The Patellar Tendon Reflex, commonly known as the knee jerk test, is a routine procedure performed during a neurological examination. This quick test involves tapping the tendon below the kneecap to observe the involuntary leg extension that follows. The response provides immediate, objective information about the function of the peripheral and central nervous systems. By evaluating the reflex, doctors gain insight into whether the nerves, spinal cord, or muscles responsible for this action are working correctly.
The Anatomy of the Patellar Reflex Arc
The knee jerk is a classic example of a stretch reflex, operating through a simple circuit called a reflex arc. This arc is monosynaptic, meaning the sensory signal transfers directly to the motor signal with only one connection (synapse) between the neurons within the spinal cord. The reflex begins when tapping the patellar tendon causes a sudden, slight stretch of the quadriceps muscle.
Specialized sensory receptors, called muscle spindles, detect this stretch and send an impulse along a sensory neuron. This neuron travels through the femoral nerve and enters the spinal cord at the L2, L3, and L4 segments. It then connects directly with a motor neuron, which sends the signal back out to the quadriceps muscle, causing it to contract and the leg to kick forward.
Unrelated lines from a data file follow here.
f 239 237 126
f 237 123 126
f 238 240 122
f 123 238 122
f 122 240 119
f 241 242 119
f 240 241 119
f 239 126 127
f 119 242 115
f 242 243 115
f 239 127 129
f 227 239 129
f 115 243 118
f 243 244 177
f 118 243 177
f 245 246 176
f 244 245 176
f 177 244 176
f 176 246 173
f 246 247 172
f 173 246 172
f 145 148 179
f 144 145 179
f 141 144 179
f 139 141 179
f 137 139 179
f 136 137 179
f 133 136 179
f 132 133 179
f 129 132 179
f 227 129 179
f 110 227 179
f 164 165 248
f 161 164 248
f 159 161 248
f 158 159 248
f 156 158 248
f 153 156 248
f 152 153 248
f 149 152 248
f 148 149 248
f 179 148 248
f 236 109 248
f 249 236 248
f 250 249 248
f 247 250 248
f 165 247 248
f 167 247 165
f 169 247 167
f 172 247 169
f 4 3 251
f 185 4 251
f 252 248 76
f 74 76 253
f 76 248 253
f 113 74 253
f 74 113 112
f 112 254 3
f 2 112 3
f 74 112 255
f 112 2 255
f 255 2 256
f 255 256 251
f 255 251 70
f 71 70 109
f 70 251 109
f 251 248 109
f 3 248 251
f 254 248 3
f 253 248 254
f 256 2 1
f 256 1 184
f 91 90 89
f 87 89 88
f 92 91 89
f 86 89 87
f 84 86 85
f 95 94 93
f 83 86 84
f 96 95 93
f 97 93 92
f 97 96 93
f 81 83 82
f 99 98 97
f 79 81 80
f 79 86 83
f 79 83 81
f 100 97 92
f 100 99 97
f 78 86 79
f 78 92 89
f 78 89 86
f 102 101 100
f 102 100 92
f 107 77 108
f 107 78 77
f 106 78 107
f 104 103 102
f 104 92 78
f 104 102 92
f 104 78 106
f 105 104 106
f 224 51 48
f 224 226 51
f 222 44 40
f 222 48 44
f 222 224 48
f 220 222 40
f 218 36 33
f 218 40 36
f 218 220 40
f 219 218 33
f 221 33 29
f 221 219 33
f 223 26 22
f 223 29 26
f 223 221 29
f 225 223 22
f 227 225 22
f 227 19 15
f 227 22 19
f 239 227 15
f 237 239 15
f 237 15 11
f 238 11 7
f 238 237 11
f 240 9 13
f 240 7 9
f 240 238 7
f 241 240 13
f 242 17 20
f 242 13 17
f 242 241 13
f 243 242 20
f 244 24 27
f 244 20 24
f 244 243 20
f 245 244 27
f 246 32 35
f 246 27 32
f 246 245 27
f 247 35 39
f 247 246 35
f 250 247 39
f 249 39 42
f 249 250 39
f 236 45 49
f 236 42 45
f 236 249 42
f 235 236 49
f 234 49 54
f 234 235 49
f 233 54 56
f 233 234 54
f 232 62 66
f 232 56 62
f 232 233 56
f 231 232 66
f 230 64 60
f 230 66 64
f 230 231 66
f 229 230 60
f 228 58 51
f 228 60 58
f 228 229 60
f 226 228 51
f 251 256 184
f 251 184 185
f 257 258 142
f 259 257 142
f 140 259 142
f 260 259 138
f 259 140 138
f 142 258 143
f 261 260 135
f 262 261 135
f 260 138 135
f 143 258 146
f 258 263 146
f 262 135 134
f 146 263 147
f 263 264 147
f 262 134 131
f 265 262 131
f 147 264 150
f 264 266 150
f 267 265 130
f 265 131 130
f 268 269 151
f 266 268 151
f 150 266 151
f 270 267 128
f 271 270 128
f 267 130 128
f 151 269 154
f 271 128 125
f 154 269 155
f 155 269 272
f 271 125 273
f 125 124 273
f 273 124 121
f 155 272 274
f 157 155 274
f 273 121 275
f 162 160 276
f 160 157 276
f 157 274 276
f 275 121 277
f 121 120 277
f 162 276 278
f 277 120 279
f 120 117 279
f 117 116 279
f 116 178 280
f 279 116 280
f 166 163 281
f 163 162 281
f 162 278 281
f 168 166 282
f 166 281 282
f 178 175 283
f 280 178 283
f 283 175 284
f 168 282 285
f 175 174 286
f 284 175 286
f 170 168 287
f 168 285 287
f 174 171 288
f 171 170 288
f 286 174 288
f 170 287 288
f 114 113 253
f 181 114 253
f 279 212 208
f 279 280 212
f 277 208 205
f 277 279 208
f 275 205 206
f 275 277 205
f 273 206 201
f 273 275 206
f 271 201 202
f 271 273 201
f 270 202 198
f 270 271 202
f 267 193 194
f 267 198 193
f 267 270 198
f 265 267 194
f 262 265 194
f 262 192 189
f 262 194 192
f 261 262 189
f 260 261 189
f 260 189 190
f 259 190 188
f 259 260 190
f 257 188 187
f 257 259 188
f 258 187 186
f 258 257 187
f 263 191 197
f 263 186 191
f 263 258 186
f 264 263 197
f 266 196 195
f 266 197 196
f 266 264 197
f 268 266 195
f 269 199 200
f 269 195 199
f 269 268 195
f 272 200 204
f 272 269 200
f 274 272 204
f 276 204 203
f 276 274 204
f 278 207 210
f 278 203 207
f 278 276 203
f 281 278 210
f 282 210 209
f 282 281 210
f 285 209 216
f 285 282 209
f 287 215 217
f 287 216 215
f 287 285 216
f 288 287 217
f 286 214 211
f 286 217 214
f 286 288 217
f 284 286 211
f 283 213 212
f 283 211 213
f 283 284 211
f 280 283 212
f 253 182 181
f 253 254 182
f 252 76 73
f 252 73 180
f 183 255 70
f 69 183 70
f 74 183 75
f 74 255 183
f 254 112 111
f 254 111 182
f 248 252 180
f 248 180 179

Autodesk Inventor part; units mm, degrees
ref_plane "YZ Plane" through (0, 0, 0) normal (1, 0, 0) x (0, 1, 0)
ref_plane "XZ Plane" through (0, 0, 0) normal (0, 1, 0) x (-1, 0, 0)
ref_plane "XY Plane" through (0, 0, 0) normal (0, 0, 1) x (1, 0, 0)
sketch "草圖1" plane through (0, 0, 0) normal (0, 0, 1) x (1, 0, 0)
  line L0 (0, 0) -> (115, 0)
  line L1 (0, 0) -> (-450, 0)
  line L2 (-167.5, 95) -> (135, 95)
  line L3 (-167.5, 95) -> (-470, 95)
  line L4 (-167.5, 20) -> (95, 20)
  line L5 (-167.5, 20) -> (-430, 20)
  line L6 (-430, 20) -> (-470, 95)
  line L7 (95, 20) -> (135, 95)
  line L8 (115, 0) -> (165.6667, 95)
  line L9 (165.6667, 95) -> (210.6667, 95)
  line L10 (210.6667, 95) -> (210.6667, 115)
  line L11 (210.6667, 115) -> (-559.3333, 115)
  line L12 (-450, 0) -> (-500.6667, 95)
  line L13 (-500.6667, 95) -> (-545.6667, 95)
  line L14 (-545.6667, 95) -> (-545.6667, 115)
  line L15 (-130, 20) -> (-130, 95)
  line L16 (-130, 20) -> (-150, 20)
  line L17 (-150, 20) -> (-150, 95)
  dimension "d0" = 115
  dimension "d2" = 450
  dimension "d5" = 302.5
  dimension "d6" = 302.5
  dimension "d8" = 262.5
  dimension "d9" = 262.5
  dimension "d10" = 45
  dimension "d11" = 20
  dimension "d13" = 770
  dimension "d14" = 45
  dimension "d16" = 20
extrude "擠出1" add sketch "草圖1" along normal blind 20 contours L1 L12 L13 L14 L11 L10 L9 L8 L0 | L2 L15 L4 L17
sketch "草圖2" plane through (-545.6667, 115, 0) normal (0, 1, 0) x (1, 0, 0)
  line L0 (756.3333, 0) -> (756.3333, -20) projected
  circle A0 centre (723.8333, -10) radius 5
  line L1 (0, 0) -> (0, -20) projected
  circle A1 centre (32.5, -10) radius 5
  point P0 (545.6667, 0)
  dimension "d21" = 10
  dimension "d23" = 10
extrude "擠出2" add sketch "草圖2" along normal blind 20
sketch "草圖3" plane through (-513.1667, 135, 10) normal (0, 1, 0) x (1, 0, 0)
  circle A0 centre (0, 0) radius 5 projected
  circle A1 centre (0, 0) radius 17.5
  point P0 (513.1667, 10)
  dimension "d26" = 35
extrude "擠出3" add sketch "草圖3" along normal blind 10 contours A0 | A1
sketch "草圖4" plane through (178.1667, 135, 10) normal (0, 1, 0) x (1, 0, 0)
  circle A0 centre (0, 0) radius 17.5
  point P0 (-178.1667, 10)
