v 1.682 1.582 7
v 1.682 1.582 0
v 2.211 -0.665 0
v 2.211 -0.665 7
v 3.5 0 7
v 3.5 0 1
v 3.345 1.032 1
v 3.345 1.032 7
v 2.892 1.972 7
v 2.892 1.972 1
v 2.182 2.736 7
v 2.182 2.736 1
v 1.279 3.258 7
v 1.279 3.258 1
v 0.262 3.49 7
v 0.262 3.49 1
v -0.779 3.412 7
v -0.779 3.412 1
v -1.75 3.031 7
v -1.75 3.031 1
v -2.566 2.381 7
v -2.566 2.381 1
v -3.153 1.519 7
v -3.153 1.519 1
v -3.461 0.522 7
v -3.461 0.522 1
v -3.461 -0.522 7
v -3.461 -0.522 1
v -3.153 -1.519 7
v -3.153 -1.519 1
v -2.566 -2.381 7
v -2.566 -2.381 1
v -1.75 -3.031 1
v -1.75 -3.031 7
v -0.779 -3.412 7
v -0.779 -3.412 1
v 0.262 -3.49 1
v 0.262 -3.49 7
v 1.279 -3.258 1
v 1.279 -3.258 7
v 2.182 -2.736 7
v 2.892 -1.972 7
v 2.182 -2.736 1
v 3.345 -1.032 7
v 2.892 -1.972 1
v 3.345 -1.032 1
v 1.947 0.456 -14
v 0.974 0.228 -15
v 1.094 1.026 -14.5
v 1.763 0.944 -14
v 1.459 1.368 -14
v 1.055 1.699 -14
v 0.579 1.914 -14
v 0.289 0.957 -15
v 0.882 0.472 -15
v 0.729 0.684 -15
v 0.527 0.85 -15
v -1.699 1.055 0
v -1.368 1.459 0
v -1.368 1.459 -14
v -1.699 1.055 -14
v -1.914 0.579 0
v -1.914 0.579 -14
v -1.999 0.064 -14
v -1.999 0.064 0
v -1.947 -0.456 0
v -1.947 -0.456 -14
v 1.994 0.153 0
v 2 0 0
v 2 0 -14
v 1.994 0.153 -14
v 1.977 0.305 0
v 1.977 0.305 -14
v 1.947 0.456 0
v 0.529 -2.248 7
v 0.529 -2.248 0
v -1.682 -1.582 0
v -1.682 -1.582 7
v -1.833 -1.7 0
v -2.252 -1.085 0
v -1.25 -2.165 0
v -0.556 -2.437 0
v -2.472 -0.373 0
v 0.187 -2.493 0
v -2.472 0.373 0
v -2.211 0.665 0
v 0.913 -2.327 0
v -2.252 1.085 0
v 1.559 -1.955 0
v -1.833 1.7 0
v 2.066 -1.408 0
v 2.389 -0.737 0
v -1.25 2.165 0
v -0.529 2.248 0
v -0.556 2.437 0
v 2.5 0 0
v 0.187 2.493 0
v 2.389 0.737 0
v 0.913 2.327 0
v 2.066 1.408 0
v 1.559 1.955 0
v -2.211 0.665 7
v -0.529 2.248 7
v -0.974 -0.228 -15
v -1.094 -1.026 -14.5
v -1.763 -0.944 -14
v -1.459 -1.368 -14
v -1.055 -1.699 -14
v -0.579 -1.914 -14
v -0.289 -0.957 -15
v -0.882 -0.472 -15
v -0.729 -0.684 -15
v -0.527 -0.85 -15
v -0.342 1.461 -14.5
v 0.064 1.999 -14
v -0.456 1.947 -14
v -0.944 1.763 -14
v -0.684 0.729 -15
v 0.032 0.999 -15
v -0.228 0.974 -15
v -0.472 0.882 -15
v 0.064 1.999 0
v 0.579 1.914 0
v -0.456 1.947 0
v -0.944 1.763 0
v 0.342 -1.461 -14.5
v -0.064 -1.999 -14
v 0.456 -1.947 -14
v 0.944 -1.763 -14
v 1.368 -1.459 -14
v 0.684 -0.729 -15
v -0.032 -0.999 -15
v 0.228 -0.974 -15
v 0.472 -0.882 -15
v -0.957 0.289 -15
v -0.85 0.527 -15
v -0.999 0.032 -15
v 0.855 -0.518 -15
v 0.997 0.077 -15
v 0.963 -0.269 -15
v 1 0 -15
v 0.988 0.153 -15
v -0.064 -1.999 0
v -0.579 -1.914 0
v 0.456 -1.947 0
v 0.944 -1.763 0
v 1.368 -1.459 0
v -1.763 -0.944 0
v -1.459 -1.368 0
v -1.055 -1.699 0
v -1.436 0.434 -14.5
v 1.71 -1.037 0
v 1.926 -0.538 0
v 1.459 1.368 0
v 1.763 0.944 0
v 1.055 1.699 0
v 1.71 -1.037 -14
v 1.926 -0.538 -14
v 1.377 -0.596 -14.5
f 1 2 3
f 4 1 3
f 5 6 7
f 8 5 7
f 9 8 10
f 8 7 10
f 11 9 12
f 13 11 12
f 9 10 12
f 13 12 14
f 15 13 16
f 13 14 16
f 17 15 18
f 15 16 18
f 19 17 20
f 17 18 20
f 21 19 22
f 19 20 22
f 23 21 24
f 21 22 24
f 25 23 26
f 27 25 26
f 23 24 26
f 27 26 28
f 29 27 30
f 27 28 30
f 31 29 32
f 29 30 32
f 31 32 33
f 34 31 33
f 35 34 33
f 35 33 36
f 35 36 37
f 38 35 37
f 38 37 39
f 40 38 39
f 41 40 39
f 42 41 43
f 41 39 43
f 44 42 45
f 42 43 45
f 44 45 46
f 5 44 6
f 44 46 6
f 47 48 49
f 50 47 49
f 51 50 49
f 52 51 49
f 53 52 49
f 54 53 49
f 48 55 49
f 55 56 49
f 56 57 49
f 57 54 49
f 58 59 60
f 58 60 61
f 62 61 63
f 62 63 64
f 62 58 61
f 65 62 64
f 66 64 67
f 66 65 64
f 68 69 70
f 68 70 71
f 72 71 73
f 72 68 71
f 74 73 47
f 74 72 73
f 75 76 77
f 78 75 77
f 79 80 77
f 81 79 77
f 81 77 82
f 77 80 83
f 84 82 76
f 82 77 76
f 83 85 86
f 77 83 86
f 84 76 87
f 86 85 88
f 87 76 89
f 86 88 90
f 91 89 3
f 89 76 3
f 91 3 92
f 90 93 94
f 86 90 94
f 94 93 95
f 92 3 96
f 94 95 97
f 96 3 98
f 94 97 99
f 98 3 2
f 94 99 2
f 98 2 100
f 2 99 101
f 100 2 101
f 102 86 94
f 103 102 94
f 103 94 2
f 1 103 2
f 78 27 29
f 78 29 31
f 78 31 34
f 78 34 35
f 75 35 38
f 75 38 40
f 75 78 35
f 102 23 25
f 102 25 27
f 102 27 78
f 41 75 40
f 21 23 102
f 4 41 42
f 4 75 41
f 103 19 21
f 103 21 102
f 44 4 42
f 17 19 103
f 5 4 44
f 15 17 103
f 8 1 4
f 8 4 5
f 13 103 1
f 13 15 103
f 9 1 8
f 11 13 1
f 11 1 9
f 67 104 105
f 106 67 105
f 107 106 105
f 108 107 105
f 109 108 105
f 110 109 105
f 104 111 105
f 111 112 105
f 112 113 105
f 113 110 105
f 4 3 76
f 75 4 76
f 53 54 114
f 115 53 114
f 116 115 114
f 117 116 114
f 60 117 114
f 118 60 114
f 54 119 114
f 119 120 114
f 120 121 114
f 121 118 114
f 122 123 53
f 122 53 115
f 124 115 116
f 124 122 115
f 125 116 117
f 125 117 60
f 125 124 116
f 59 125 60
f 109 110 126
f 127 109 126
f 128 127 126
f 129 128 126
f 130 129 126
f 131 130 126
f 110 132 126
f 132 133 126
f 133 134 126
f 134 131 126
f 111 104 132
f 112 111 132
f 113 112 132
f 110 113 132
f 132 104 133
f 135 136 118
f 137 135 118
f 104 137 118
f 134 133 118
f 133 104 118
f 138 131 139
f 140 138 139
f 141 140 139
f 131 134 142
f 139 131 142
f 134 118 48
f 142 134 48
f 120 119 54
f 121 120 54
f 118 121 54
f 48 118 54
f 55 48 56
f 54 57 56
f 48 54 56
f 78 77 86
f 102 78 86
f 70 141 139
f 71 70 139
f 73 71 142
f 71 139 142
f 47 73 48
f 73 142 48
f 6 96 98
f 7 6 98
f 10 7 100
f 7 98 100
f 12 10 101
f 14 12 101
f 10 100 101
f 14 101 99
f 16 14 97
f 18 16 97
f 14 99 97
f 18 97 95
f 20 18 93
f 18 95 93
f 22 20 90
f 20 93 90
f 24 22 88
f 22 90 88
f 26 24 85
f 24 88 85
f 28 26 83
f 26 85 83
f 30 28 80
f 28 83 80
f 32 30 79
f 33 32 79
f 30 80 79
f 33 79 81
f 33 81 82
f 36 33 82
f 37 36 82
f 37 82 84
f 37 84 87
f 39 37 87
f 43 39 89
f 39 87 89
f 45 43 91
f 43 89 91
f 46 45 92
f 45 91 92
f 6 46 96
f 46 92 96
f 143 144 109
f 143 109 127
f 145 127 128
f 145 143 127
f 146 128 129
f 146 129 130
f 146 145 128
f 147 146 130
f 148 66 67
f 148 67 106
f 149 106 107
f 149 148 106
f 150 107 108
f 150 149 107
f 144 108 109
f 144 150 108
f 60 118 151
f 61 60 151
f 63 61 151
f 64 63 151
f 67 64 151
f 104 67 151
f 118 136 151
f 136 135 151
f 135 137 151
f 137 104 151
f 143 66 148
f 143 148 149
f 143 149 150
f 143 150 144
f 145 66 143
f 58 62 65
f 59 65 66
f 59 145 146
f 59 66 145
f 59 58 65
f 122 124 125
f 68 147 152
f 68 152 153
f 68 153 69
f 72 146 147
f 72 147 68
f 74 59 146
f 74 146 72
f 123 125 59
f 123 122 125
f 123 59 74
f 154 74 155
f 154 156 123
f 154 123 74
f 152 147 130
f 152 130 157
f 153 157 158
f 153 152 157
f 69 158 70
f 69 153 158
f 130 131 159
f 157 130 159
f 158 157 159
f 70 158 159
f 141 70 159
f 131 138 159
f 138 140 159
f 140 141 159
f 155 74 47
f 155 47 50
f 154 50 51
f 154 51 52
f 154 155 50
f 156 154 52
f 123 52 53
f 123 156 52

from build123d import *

# Parameters (mm, degrees)
F0_R      = 3.5
F1_DEPTH  = 7
F3_DEPTH  = 15
F4_SIZE   = 1
F4_2_SIZE = 1


with BuildPart() as f1:
    # F0 (on Top) → F1 (new body)
    with BuildSketch(Plane.XY):
        Circle(F0_R)
        Polygon((1.6820281696, 1.5824394364), (2.2114468367, -0.6654594065), (0.5294186671, -2.247898843), (-1.6820281696, -1.5824394364), (-2.2114468367, 0.6654594065), (-0.5294186671, 2.247898843), align=None, mode=Mode.SUBTRACT)
    extrude(amount=F1_DEPTH)

    # F4#2
    f4_2_edges = [f1.edges().sort_by_distance(p)[0] for p in [
        (-3.5, 0, 0),
    ]]
    chamfer(f4_2_edges, length=F4_2_SIZE)


with BuildPart() as f3:
    # F2 (on Top) → F3 (new body)
    with BuildSketch(Plane.XY):
        with BuildLine():
            ThreePointArc((2, 0), (1.9867946973, 0.2294489718), (1.9473531693, 0.4558680005))
            ThreePointArc((1.9473531693, 0.4558680005), (1.4585233241, 1.3684698437), (0.5788833421, 1.914391307))
            ThreePointArc((0.5788833421, 1.914391307), (-0.4558679991, 1.9473531697), (-1.3684698721, 1.4585232974))
            ThreePointArc((-1.3684698721, 1.4585232974), (-1.9143913204, 0.5788832978), (-1.9473531666, -0.4558680121))
            ThreePointArc((-1.9473531666, -0.4558680121), (-1.4585233203, -1.3684698478), (-0.5788833428, -1.9143913068))
            ThreePointArc((-0.5788833428, -1.9143913068), (0.4558679987, -1.9473531697), (1.3684698721, -1.4585232974))
            ThreePointArc((1.3684698721, -1.4585232974), (1.8353391709, -0.7946886987), (2, 0))
        make_face()
    extrude(amount=-F3_DEPTH)

    # F4
    f4_edges = [f3.edges().sort_by_distance(p)[0] for p in [
        (1.947353, 0.455868, -15),
    ]]
    chamfer(f4_edges, length=F4_SIZE)


solid = Compound([f1.part, f3.part])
This entire pathway bypasses the brain, allowing for an extremely rapid response, often occurring in less than 20 milliseconds.
Technique for Eliciting the Reflex
To perform the test, the patient is typically seated with their legs hanging freely over the side of the examination table, ensuring the muscles are relaxed. This positioning allows the quadriceps to be stretched when the tendon is struck, and the lower leg can swing unimpeded. The doctor locates the patellar tendon, the tough cord just below the kneecap, and strikes it briskly with a reflex hammer.
The clinician observes the speed, force, and amplitude of the resulting leg movement. If the reflex is weak or cannot be elicited easily, a reinforcement technique known as the Jendrassik maneuver may be used. This involves asking the patient to interlock their fingers and pull them apart just as the tendon is tapped. The distraction generated by this action temporarily reduces the brain’s natural inhibitory input, making a subtle reflex more apparent.
Clinicians use a standard grading scale to quantify the response, typically ranging from 0 to 4.
Reflex Grading Scale
- Grade 0: The reflex is absent.
- Grade 1+: A diminished response.
- Grade 2+: An average, normal reflex.
- Grade 3+: A brisk response that may be normal or slightly exaggerated.
- Grade 4+: A very brisk response often accompanied by clonus (a rhythmic, involuntary muscle contraction).
Understanding Abnormal Reflex Responses
Hyporeflexia (Diminished or Absent Response)
A diminished (hyporeflexia) or absent (areflexia) response (Grade 1+ or 0) suggests a failure somewhere along the reflex arc itself. This finding often localizes the issue to the lower motor neuron (LMN) pathway.
Damage to the LMN pathway includes problems with the motor neurons in the spinal cord, the peripheral nerve (such as the femoral nerve), or the muscle itself. Conditions like peripheral neuropathy (common in diabetes) or compression of the spinal nerve roots at the L2-L4 level can reduce the reflex. Muscle diseases, such as muscular dystrophy, can also result in hyporeflexia because the muscle tissue is unable to contract effectively.
Hyperreflexia (Exaggerated Response)
In contrast, an exaggerated or hyperactive reflex (Grade 3+ or 4+) indicates a problem in the upper motor neuron (UMN) pathway. UMNs originate in the brain and descend to the spinal cord, normally exerting an inhibitory influence on the reflex arc.
When the UMN pathway is damaged, this inhibition is lost, causing the spinal cord reflexes to become overly sensitive. Hyperreflexia can be a sign of conditions affecting the brain or spinal cord above the reflex’s level, such as a stroke, multiple sclerosis, or a spinal cord injury. An asymmetrical response, where one leg is significantly different from the other, helps the doctor distinguish between a central nervous system issue and a peripheral nerve issue, guiding further diagnostic testing.